6Les conditions et la structure de l’expérience — en bref, de la vie du Sujet — sont les suivantes. Le Sujet souffre intensément de maladie mentale depuis sa prime enfance. La nature précise de son mal reste incertaine ; au long de ses quatorze ans de traitement psychiatrique, on l’a dit bipolaire, atteint de trouble obsessionnel compulsif ou encore de trouble dépressif majeur. Il vit avec sa famille et dépend de son père qui n’a cessé de chercher une cure pour l’affliction de son fils. Au cours de ses traitements, on lui a administré — sans effets marquants — une bonne douzaine de médicaments, des séances d’électrochocs, de stimulation magnétique transcrânienne et des sessions de psychothérapie. Tous ces remèdes n’ont guère atténué ses souffrances, qui se manifestent par des pensées obsédantes, de l’anxiété, des sentiments de tristesse et de vacuité. En désespoir de cause, le Sujet fut adressé au Laboratoire pour un traitement expérimental dans le cadre d’un essai clinique de la SCP.

  • 1 John Markoff & James Gorman., « Obama to Unveil Initiative to Map the Human Brain », The New York T (...)
  • 2 Samantha Masunaga, « A Quick Guide to Elon Musk’s New Brain-Implant Company », Los Angeles Times, 2 (...)
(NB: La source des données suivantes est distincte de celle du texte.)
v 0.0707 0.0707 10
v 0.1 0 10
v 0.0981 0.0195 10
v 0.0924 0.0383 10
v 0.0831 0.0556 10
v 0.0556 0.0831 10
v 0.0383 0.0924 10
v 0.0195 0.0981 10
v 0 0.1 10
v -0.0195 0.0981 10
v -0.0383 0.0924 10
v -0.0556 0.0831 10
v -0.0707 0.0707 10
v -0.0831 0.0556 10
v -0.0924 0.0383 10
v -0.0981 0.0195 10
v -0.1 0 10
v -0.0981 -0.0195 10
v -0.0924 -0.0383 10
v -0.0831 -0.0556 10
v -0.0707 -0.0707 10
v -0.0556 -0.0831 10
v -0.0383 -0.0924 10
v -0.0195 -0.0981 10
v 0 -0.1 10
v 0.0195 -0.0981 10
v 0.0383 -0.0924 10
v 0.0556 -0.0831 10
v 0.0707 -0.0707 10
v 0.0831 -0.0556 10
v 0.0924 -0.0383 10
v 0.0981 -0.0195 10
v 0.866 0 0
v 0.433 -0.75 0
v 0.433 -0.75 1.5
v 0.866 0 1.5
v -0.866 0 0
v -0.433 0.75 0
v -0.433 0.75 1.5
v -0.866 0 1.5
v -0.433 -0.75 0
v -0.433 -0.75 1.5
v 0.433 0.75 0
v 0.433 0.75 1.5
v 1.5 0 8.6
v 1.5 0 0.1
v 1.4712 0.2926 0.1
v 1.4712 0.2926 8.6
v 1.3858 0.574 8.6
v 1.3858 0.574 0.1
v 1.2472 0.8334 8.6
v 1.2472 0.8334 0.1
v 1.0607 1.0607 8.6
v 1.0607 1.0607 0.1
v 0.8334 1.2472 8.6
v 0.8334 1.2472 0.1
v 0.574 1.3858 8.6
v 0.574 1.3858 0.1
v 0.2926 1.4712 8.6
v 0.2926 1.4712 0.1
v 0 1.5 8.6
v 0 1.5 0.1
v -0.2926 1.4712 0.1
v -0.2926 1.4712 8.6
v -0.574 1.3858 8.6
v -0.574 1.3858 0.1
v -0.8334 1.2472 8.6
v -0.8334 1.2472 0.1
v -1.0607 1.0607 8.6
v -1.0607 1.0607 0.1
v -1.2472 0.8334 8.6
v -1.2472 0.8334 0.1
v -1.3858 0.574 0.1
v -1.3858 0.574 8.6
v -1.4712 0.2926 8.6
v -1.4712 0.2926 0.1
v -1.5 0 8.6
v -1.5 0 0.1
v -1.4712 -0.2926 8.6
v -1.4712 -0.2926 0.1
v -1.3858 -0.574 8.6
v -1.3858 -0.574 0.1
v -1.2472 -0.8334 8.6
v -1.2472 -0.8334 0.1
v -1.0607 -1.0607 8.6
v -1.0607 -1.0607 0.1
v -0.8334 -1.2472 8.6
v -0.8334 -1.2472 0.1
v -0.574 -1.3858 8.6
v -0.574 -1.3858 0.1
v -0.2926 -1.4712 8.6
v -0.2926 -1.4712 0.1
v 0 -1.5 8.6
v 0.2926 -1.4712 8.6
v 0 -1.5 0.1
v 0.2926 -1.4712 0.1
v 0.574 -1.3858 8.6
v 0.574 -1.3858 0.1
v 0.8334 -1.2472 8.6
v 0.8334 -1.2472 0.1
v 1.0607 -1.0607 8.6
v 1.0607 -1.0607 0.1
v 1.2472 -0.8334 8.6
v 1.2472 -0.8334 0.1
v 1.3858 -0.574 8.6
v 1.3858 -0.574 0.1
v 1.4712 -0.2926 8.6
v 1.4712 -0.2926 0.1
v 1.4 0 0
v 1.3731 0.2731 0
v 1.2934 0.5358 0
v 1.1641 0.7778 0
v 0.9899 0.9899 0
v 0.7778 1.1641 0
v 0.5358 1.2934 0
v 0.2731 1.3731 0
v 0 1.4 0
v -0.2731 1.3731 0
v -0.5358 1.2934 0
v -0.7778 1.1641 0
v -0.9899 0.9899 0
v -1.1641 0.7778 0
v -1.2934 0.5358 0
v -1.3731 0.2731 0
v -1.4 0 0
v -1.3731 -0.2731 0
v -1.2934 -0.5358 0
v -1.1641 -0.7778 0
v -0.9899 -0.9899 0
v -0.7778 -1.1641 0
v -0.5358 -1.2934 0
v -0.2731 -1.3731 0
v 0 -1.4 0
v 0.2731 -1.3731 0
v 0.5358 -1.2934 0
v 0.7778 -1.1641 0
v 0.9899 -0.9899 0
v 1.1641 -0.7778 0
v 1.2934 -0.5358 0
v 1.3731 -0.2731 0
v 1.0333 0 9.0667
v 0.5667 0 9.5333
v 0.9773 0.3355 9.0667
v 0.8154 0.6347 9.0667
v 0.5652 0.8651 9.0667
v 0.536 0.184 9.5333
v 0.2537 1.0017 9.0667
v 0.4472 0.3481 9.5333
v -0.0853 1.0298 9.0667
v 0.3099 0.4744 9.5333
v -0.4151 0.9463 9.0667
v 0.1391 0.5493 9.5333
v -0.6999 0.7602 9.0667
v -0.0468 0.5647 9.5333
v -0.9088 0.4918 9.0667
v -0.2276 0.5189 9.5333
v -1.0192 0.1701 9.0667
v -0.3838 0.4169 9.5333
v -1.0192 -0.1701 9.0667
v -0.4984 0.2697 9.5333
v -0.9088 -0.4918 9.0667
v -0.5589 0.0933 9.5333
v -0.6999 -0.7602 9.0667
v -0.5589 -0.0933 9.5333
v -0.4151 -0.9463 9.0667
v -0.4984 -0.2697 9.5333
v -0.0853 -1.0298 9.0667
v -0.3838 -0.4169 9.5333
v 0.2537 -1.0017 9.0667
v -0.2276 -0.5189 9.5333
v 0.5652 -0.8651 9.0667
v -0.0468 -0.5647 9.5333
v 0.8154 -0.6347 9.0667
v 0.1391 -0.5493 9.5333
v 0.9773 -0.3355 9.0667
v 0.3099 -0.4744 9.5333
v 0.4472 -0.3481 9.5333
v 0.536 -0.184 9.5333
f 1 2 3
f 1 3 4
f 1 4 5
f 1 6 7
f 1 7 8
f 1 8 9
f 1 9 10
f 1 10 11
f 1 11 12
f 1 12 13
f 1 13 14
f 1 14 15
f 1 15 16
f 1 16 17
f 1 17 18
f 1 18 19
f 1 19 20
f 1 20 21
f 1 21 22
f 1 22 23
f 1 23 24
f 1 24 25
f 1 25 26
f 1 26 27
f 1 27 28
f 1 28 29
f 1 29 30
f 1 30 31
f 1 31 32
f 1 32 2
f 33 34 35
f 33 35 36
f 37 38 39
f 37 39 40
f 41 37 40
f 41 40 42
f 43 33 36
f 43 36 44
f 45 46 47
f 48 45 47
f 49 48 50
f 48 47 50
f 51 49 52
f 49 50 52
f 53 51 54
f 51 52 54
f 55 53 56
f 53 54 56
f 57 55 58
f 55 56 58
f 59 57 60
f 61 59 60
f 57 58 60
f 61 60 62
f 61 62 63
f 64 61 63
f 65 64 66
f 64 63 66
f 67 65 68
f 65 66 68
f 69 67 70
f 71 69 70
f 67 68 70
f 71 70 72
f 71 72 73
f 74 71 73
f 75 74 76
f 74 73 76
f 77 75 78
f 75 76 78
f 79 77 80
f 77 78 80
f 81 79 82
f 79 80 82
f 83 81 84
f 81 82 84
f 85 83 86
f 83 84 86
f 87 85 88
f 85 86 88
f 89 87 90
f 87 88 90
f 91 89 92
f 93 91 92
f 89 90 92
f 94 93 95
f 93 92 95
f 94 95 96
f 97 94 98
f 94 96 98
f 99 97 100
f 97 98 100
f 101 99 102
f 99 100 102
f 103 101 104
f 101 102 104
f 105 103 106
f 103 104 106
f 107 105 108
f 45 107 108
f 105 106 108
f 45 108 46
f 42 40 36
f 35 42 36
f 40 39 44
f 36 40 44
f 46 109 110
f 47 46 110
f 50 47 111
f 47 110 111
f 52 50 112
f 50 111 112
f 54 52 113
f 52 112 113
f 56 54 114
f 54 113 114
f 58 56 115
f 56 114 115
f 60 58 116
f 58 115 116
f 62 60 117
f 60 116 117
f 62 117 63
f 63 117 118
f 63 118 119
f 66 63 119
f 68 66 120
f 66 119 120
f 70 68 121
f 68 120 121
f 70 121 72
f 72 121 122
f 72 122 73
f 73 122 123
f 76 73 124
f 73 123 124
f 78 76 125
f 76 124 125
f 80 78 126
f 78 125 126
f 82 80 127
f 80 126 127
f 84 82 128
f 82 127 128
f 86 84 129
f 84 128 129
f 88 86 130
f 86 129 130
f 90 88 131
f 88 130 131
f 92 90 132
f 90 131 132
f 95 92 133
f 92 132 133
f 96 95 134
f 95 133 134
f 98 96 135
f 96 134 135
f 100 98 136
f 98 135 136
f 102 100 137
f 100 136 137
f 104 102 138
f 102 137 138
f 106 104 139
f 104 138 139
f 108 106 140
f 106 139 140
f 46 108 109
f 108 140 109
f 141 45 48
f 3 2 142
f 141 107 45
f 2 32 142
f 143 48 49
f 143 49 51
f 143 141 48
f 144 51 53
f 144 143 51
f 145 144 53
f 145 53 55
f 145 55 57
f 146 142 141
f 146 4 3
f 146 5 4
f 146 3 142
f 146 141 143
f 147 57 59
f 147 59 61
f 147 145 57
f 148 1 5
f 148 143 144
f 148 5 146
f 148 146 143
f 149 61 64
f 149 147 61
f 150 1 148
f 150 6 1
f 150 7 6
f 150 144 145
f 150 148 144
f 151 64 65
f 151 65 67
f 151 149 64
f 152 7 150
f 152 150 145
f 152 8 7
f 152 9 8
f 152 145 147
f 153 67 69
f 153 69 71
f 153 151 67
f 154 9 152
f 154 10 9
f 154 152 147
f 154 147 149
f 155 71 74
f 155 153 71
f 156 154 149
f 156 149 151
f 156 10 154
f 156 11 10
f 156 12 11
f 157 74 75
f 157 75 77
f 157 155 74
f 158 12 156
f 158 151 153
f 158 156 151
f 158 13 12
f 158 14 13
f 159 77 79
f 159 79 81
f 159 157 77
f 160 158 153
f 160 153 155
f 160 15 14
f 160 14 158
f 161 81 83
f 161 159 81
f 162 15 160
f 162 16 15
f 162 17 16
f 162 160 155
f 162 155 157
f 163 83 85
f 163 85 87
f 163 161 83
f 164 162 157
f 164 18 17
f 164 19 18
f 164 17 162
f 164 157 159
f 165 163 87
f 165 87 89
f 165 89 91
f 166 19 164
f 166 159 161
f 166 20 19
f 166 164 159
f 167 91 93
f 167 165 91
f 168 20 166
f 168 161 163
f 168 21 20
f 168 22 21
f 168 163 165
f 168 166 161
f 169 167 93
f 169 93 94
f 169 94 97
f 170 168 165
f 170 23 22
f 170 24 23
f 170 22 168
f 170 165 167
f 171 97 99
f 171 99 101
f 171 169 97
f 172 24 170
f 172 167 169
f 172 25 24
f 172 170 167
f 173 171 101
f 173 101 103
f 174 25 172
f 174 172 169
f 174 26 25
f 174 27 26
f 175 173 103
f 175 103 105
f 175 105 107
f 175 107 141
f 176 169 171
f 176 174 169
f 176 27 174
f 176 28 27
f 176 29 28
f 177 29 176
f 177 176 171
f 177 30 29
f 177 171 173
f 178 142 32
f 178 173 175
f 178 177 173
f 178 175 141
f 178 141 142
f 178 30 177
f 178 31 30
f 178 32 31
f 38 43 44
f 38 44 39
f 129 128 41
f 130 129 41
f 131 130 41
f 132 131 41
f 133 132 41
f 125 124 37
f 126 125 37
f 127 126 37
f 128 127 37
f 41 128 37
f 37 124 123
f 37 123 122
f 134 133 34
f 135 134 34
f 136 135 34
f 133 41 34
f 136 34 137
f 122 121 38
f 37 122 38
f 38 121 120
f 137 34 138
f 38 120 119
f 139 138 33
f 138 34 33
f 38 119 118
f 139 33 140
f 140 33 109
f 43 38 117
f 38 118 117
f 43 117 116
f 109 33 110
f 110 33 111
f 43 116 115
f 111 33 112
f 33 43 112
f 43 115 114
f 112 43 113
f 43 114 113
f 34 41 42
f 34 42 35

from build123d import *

# Parameters (mm, degrees)
SKETCH028_R     = 1.5
PAD013_DEPTH    = 10
CHAMFER003_SIZE = 1.4
POCKET014_DEPTH = 1.5
CHAMFER002_SIZE = 0.1


with BuildPart() as part:
    # Sketch028 → Pad013 (new body)
    with BuildSketch(Plane.XY):
        Circle(SKETCH028_R)
    extrude(amount=PAD013_DEPTH)

    # Chamfer003
    chamfer003_edges = [part.edges().sort_by_distance(p)[0] for p in [
        (-1.5, 0, 10),
    ]]
    chamfer(chamfer003_edges, length=CHAMFER003_SIZE)

    # Sketch027 → Pocket014 (cut)
    with BuildSketch(Plane.XY):
        Polygon((0.433013, -0.75), (0.866025, 0), (0.433013, 0.75), (-0.433013, 0.75), (-0.866025, 0), (-0.433013, -0.75), align=None)
    extrude(amount=POCKET014_DEPTH, mode=Mode.SUBTRACT)

    # Chamfer002
    chamfer002_edges = [part.edges().sort_by_distance(p)[0] for p in [
        (-1.5, 0, 0),
    ]]
    chamfer(chamfer002_edges, length=CHAMFER002_SIZE)


solid = part.part
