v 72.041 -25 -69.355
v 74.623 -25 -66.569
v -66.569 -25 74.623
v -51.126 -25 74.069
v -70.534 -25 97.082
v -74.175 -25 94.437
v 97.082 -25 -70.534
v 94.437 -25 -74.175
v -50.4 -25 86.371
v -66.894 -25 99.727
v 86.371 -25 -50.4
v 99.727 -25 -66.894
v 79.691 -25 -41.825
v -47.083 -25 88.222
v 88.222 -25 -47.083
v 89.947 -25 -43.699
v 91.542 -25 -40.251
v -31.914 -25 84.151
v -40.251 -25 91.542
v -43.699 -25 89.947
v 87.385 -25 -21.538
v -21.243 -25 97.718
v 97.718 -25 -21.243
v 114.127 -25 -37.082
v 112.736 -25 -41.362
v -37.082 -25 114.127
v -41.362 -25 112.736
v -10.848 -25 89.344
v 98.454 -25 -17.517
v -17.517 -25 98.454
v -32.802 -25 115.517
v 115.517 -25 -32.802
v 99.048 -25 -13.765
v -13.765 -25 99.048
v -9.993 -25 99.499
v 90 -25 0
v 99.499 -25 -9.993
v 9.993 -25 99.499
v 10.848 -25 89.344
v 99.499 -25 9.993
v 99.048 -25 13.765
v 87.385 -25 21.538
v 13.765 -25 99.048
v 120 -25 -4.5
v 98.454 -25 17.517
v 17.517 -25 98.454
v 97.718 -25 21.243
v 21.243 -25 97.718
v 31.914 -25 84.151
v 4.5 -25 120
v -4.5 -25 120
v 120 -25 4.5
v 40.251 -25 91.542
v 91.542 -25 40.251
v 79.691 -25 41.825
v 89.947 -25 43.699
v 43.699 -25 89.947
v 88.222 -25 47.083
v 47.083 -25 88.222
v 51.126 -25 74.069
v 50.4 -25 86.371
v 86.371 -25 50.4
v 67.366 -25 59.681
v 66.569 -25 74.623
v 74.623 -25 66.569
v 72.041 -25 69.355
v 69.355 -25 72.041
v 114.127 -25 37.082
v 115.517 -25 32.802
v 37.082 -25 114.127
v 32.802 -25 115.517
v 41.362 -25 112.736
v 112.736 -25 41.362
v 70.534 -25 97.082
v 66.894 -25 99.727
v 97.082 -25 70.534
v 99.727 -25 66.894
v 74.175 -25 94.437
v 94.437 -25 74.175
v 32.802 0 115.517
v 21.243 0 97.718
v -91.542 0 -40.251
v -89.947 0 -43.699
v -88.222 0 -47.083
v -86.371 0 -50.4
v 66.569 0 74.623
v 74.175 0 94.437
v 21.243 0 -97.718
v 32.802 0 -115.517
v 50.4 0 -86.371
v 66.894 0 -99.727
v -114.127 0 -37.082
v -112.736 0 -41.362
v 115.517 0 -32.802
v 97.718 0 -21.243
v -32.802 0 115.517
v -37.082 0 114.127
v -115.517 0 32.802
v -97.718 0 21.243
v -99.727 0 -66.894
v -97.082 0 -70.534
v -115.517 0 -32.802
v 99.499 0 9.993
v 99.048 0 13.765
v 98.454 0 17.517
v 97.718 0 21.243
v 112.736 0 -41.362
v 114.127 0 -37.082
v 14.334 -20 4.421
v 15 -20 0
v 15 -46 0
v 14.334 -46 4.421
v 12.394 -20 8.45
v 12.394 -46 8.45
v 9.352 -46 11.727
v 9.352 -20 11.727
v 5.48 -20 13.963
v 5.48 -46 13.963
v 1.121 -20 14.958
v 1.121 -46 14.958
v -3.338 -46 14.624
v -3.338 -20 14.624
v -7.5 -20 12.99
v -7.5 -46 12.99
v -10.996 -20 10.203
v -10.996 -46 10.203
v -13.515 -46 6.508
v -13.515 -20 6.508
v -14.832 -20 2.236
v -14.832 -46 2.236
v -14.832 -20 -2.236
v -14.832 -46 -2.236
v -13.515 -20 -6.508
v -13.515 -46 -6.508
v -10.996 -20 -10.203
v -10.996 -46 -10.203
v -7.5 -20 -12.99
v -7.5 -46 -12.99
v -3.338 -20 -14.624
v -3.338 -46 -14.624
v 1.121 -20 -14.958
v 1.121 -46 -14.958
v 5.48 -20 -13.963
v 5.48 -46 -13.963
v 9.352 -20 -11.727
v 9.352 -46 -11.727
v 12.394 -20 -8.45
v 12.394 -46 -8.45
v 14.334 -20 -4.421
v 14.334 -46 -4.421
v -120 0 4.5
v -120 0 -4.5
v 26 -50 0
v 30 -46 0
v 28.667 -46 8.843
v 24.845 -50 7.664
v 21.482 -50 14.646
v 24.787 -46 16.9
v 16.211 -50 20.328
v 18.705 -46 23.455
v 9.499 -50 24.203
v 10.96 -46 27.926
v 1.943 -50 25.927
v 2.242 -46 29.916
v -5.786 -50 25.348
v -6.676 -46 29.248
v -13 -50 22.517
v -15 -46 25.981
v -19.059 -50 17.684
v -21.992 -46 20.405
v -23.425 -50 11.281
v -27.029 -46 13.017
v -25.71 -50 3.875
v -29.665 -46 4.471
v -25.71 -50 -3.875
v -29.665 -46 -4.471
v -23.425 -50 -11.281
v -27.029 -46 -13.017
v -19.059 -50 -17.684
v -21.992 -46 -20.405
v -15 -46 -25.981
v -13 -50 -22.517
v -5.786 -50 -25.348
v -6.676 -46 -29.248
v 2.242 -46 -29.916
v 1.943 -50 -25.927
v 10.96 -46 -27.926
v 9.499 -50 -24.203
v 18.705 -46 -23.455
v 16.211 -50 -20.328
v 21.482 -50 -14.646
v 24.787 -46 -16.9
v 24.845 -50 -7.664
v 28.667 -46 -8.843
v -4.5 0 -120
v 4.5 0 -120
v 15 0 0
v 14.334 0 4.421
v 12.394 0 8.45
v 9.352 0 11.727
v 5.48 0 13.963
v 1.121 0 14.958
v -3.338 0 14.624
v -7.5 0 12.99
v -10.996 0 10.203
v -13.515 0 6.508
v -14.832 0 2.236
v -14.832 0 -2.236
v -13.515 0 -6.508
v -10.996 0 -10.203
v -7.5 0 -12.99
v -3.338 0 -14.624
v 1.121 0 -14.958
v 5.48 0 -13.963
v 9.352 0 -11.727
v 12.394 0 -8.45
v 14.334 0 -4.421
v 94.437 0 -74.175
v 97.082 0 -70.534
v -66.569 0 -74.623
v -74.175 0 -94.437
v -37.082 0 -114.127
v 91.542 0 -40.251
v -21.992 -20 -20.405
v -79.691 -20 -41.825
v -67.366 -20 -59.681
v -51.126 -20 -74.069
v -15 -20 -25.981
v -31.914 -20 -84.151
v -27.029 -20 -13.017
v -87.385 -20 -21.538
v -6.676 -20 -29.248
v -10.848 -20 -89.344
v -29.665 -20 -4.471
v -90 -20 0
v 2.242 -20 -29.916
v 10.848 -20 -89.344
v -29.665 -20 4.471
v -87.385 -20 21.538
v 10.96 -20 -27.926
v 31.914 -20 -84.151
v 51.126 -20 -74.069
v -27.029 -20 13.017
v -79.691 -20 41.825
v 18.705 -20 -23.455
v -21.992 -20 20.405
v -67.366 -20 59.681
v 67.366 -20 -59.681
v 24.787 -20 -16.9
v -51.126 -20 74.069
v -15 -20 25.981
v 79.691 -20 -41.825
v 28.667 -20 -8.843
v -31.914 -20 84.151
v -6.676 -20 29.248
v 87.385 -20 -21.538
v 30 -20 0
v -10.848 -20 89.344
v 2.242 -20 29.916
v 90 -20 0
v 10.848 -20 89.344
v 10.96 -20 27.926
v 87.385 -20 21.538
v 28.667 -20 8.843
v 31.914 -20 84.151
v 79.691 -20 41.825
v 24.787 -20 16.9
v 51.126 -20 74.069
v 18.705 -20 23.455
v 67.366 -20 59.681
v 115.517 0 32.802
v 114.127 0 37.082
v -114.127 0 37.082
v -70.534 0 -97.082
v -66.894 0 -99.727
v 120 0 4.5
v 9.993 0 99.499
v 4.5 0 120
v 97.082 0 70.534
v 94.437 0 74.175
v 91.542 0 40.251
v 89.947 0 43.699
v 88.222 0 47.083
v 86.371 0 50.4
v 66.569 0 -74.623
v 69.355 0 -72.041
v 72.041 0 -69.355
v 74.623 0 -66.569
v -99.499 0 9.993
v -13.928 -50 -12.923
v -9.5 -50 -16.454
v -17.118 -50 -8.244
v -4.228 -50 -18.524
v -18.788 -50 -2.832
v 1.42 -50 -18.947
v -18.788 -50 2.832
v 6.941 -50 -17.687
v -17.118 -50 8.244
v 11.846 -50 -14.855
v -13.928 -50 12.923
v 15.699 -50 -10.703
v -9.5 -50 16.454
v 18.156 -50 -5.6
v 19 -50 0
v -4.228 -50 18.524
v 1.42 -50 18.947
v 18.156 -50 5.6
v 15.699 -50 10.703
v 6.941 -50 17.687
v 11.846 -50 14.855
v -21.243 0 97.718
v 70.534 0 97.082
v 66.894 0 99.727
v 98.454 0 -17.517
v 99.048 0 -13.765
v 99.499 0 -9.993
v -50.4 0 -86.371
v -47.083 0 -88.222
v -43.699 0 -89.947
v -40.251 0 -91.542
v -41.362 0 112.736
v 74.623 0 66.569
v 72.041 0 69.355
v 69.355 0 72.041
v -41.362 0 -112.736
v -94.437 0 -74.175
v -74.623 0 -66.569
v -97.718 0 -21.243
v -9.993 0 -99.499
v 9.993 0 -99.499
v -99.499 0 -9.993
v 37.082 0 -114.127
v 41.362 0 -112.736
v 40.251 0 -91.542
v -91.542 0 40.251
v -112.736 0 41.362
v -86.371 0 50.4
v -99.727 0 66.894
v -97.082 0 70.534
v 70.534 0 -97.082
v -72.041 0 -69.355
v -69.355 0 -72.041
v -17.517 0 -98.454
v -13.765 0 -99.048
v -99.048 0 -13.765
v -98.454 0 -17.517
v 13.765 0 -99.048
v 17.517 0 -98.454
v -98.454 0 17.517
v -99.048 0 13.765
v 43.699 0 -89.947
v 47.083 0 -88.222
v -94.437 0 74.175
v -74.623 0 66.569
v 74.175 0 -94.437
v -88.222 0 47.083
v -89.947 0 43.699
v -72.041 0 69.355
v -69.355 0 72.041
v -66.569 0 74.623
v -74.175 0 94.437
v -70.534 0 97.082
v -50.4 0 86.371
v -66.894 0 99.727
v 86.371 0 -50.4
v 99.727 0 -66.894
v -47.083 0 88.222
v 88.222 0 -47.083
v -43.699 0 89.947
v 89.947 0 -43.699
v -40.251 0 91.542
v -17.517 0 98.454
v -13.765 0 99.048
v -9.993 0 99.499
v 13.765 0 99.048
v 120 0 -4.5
7Le développement de cette technique a bénéficié d’apports financiers considérables, tant publics que privés. L’annonce par Obama en 2013 du programme Brain Initiative, modelé sur le Projet Génome Humain, a ouvert les vannes au financement fédéral d’études visant à cartographier le cerveau, une recherche dans laquelle la SCP tient une place centrale1. Les sommes allouées à ce secteur par les instances fédérales atteignaient 434 millions de dollars en 2017, dont la moitié transitait par la DARPA, la branche militaire de recherche en sciences expérimentales. La multiplication par 14 depuis 1995 des dépôts de brevet pour des techniques de stimulation cérébrale (Roskams-Erdris et al. 2017) atteste la valeur potentielle des données extraites du cerveau. À l’époque de mon enquête de terrain (2019), on estimait que le marché de la stimulation cérébrale atteindrait 6,2 milliards de dollars en 2021 ; des géants pharmaceutiques comme GlaxoSmithKline rivalisaient avec des entrepreneurs comme Mark Zuckerberg ou Elon Musk pour créer des laboratoires de neuro-technologie2.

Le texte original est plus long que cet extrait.